### Data in this exercise

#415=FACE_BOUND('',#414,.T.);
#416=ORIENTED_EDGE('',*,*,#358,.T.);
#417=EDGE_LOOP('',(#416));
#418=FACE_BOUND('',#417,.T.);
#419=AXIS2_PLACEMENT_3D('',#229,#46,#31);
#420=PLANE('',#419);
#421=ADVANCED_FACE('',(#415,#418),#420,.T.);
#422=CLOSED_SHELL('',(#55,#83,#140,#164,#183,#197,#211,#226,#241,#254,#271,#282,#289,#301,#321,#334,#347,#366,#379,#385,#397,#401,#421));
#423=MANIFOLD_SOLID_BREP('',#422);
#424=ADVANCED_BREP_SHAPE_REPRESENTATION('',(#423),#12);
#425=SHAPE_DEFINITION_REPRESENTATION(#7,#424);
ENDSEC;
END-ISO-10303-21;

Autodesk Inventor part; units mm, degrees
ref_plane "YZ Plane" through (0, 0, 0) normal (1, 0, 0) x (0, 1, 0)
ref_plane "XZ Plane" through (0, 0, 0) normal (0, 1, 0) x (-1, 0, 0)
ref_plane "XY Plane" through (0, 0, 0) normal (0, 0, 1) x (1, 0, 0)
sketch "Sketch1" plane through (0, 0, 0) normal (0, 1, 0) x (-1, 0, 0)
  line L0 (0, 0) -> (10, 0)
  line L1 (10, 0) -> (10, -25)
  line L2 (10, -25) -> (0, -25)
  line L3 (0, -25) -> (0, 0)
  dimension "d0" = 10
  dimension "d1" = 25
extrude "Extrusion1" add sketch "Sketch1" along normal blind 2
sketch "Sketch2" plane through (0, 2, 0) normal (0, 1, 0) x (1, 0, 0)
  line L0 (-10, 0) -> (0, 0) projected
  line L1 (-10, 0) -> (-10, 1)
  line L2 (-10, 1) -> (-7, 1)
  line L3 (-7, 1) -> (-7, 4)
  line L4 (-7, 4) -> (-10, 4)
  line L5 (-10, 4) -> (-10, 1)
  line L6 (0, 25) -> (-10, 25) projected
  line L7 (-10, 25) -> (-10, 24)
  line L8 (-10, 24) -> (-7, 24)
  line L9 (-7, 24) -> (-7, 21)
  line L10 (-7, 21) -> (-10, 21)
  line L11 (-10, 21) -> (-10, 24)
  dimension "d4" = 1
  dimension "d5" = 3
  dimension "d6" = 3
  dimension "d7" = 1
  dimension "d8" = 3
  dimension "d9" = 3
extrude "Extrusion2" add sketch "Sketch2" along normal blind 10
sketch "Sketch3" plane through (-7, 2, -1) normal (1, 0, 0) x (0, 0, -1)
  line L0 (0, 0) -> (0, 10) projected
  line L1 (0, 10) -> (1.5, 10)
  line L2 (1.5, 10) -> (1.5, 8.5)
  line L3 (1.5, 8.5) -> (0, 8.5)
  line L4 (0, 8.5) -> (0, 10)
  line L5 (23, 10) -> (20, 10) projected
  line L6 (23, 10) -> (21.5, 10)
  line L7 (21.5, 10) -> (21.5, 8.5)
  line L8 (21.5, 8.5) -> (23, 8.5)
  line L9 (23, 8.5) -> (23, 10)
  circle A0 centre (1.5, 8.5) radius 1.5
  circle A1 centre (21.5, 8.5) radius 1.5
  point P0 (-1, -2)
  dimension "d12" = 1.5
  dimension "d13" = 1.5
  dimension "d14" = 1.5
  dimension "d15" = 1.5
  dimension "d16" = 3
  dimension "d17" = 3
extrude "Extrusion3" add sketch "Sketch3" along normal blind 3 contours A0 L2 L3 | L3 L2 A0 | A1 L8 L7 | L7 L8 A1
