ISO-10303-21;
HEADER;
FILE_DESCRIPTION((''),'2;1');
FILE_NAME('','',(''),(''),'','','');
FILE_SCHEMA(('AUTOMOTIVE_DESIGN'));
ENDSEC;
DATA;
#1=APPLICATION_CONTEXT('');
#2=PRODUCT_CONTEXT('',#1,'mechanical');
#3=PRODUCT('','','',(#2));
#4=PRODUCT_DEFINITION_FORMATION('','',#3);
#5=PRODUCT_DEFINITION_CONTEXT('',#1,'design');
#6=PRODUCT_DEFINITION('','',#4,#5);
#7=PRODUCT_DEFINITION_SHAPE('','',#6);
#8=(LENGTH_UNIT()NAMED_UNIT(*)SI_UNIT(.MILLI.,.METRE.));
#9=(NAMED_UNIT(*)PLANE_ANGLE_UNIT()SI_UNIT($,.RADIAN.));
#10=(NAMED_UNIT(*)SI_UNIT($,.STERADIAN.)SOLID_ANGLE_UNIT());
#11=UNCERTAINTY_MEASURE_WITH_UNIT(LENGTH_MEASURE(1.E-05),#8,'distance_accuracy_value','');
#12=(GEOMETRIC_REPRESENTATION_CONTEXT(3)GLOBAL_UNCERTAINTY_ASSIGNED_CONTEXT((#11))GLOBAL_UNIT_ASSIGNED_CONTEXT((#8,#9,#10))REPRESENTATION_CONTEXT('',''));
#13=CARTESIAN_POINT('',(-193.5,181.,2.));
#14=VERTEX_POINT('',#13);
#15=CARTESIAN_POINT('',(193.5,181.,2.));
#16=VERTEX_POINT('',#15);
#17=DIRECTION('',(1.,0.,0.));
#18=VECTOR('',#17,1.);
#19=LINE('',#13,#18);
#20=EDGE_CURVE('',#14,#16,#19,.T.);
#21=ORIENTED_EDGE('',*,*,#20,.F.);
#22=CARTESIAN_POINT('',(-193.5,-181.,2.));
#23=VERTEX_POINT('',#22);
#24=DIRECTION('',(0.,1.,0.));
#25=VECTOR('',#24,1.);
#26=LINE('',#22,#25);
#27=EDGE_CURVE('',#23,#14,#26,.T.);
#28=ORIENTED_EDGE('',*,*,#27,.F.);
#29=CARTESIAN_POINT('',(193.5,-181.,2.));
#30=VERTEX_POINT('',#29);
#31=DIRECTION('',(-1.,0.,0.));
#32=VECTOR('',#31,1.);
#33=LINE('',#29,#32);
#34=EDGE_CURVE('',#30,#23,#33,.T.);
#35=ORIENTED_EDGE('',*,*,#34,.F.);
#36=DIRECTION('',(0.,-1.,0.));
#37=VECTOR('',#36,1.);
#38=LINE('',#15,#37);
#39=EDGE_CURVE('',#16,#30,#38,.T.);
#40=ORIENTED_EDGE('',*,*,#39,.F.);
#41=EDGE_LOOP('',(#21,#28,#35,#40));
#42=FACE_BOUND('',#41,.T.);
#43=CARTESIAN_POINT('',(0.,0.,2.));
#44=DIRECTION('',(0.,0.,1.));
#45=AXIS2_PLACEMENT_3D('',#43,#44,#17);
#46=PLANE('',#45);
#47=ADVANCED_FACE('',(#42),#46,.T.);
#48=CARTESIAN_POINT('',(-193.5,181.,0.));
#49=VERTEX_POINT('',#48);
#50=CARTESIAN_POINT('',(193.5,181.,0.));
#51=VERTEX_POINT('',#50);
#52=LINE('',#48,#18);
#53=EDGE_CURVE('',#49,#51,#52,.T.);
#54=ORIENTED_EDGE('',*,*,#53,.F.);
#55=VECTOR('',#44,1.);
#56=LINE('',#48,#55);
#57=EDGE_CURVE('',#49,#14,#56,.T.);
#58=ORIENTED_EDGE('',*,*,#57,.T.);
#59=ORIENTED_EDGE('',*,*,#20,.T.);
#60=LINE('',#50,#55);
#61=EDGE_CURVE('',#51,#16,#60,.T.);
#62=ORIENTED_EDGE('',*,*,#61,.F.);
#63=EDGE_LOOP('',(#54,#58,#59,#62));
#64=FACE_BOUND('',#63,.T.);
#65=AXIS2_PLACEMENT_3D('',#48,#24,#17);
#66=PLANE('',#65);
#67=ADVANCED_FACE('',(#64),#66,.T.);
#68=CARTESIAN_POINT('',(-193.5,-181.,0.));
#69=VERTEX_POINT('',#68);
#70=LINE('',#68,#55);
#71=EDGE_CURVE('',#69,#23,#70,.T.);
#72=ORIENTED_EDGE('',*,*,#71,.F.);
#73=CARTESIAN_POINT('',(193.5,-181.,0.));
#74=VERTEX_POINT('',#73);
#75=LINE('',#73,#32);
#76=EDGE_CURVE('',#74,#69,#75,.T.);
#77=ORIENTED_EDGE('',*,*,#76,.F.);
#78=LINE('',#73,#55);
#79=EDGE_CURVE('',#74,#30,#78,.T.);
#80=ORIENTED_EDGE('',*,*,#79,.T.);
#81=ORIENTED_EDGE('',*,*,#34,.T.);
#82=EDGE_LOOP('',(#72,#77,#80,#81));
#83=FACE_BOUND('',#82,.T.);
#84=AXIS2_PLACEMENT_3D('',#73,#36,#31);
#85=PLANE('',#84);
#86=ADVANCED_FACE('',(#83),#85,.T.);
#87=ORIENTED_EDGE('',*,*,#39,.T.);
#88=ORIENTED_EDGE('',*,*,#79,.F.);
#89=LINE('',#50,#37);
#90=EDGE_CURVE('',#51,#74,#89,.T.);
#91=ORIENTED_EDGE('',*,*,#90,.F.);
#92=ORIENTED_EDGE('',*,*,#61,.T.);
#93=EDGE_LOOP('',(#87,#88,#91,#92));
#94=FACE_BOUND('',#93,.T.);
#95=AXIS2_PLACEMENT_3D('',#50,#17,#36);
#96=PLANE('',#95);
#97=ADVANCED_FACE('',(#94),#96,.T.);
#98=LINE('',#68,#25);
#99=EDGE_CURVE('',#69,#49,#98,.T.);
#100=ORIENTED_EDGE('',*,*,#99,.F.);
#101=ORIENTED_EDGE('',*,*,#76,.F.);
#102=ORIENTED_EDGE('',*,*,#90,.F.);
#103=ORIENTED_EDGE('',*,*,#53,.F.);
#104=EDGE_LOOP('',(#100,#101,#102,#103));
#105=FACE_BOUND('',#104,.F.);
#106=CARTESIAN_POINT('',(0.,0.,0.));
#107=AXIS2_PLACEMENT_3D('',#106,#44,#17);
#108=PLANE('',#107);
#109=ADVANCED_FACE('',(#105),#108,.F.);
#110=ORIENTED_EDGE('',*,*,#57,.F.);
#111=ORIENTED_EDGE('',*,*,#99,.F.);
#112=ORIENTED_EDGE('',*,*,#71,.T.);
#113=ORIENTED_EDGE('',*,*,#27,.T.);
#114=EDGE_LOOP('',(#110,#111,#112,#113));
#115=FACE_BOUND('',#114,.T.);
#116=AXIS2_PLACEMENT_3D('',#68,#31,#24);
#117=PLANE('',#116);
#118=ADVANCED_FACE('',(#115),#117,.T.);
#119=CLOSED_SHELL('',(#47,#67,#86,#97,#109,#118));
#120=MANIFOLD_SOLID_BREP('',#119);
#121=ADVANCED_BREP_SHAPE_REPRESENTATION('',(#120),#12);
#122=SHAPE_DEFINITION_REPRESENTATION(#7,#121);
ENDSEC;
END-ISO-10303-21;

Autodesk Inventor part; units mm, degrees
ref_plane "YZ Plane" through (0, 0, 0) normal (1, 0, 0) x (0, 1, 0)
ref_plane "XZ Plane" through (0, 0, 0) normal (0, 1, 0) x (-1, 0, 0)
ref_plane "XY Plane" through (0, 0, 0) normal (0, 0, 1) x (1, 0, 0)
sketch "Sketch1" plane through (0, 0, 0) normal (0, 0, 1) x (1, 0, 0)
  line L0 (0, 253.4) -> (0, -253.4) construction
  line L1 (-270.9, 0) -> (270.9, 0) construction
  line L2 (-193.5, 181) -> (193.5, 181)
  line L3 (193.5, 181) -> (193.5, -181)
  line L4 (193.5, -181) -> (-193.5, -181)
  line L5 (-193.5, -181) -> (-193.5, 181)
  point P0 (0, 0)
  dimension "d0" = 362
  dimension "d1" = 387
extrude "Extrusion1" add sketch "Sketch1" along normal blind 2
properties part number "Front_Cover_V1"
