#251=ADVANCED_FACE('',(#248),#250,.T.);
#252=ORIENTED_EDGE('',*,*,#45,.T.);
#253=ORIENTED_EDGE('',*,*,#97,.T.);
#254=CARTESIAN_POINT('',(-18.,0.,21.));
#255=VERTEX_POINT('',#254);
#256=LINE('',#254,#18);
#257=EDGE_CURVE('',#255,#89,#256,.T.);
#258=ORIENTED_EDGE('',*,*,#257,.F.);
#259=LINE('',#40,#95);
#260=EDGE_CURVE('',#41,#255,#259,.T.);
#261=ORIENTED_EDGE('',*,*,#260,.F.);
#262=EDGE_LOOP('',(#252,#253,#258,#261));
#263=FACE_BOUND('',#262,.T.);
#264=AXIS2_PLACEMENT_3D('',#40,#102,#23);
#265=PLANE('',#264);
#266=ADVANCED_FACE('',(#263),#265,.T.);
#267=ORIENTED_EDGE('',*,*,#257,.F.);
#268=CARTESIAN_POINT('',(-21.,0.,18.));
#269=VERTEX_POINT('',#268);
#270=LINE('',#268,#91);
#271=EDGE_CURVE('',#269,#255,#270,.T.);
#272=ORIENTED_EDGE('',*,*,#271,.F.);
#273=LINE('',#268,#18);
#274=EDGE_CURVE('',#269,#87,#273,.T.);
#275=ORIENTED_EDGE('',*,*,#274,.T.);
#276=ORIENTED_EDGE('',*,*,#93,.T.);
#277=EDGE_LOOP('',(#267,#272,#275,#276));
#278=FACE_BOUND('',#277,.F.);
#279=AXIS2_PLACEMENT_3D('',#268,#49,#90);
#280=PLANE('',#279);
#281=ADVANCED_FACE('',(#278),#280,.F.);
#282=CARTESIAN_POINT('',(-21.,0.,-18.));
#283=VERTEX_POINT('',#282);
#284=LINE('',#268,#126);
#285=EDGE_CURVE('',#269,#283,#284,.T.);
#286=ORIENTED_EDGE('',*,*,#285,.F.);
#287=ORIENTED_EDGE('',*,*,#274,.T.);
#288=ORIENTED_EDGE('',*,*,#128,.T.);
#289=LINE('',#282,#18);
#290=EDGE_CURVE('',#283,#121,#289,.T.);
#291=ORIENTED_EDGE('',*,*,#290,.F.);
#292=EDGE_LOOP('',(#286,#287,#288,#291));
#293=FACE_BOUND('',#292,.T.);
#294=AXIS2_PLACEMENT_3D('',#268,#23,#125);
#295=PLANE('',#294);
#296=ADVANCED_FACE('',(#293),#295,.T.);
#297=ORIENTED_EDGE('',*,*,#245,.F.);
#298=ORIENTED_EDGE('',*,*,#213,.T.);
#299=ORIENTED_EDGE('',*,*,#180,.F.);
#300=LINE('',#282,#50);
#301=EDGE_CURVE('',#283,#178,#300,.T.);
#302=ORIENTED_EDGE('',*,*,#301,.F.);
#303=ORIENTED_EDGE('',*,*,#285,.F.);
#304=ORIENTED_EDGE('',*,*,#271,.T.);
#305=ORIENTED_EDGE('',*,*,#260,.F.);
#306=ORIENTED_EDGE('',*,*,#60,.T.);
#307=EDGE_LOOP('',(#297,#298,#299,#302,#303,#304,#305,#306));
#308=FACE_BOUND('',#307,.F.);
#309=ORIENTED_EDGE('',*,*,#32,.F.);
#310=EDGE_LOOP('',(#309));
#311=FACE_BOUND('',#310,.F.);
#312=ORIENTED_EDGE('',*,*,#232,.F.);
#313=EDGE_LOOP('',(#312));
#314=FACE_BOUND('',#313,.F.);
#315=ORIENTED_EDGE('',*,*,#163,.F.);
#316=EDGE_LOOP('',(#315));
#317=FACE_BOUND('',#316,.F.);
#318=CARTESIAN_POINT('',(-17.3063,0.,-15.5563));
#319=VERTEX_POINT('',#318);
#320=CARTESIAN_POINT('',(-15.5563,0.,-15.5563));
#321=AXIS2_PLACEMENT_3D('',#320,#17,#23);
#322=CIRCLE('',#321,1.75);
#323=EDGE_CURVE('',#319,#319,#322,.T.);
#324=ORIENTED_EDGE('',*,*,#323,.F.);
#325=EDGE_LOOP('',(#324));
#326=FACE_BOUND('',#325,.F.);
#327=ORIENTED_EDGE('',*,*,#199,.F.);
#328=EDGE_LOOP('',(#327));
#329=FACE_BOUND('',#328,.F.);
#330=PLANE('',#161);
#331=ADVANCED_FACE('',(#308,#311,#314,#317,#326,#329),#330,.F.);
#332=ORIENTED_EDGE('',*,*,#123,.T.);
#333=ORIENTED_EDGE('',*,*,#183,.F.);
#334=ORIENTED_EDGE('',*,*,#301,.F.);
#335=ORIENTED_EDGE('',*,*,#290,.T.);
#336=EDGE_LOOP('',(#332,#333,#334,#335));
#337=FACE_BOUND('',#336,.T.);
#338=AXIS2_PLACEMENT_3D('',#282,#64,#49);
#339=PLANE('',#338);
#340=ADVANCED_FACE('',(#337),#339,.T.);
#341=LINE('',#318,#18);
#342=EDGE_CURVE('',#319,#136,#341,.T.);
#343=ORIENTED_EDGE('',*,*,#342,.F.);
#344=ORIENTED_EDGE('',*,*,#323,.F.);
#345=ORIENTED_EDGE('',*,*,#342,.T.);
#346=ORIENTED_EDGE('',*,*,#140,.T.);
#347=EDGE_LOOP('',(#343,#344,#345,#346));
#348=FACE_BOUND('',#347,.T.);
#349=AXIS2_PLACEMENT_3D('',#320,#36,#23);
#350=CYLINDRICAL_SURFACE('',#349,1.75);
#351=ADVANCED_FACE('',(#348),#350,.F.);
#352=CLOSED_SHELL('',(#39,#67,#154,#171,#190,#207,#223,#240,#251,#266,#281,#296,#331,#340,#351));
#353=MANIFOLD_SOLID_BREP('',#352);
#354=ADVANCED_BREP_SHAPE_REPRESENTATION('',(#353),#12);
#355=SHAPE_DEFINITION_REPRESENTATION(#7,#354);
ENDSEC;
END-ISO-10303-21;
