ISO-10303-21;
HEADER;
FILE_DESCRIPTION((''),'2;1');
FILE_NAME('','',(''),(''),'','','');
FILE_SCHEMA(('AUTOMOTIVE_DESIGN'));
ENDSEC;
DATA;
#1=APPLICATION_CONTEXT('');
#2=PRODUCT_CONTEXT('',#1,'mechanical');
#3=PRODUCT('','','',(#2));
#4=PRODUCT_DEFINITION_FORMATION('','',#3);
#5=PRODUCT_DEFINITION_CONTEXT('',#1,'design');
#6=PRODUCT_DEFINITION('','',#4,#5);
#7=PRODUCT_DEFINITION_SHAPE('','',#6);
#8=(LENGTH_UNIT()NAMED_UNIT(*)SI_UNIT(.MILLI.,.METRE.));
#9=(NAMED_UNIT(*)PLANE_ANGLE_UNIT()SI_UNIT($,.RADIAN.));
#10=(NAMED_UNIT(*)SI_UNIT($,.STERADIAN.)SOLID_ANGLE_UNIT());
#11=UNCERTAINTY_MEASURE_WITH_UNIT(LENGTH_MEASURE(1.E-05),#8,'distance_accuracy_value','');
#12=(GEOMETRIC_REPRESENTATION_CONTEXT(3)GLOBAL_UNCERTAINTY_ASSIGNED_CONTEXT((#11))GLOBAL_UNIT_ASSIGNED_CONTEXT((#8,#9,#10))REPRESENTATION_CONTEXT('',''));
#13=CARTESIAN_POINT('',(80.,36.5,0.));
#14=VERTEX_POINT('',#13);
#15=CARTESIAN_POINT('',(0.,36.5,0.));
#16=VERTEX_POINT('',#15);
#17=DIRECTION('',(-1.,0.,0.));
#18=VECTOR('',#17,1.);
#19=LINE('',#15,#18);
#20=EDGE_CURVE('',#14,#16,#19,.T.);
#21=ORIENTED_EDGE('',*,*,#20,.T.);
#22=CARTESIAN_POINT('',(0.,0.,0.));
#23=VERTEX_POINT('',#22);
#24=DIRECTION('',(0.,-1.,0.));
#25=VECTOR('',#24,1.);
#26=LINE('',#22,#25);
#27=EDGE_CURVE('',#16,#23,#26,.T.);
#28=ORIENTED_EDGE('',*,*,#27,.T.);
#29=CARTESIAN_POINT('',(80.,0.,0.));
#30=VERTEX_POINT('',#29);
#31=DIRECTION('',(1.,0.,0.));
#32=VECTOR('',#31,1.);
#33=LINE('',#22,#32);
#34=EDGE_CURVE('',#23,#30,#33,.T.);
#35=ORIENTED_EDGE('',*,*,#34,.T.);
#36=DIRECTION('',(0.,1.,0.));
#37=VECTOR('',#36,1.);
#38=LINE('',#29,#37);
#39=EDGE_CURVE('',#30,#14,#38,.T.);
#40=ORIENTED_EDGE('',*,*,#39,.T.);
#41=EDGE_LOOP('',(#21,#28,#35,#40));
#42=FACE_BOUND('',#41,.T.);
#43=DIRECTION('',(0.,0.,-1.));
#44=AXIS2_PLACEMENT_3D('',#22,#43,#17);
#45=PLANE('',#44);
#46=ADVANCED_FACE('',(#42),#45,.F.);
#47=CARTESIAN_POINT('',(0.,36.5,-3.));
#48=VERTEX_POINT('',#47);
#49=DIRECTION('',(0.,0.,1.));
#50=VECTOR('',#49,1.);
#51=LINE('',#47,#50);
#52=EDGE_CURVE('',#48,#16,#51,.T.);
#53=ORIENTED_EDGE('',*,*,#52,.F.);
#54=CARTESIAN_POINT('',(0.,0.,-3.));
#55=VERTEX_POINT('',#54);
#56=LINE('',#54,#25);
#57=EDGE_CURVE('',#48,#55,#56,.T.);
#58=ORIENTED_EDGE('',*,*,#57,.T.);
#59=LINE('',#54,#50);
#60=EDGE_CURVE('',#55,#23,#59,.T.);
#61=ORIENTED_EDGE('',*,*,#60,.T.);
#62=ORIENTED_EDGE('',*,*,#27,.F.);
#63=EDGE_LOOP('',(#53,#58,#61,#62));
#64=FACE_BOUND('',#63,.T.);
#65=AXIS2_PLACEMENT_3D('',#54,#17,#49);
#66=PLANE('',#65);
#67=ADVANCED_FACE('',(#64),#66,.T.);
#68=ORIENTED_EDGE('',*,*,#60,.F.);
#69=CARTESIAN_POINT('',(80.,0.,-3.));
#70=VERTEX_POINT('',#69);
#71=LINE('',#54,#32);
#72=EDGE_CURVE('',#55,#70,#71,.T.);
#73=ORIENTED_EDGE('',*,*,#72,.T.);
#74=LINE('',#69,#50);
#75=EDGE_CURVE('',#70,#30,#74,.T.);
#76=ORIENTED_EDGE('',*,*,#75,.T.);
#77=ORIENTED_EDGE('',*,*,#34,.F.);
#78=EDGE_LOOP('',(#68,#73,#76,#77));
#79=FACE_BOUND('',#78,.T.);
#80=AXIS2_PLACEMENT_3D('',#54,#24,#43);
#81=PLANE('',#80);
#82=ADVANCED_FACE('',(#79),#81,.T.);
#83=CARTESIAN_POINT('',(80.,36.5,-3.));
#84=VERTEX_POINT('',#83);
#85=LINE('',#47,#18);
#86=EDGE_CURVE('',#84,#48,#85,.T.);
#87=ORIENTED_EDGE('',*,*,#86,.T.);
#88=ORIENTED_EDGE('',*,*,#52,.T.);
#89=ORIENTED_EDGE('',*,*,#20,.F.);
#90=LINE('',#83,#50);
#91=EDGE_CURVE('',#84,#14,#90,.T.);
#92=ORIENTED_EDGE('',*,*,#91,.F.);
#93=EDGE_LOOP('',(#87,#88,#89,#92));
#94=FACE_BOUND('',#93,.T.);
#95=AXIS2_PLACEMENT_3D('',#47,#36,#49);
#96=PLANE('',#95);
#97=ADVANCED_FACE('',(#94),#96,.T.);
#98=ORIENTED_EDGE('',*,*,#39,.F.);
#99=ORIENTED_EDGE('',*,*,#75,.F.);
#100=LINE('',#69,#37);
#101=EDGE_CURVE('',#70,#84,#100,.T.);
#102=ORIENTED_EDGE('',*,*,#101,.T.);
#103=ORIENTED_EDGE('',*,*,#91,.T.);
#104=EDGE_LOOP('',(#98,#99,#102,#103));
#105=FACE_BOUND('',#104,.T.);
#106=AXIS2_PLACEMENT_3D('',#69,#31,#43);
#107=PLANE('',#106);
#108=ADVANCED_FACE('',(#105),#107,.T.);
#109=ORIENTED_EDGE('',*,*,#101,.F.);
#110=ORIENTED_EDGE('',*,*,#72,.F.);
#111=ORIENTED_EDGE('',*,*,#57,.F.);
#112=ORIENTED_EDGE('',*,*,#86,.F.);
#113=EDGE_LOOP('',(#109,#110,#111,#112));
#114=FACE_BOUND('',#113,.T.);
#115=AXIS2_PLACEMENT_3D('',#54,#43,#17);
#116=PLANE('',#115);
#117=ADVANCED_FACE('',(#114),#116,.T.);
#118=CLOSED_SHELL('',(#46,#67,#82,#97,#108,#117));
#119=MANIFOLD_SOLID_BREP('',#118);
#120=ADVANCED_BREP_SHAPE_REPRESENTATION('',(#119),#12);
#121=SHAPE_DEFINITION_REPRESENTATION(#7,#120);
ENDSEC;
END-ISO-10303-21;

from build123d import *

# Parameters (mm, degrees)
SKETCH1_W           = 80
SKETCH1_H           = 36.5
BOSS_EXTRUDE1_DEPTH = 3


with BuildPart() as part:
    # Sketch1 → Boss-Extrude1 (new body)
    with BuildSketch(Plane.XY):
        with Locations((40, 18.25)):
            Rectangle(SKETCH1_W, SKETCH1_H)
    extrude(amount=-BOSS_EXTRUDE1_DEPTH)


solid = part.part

######

Task brief: If a line of the data above contains "projected", copy it out.

Written solution:
  line L0 (-10, 0) -> (0, 0) projected
  line L6 (0, 25) -> (-10, 25) projected
  line L0 (0, 0) -> (0, 10) projected
  line L5 (23, 10) -> (20, 10) projected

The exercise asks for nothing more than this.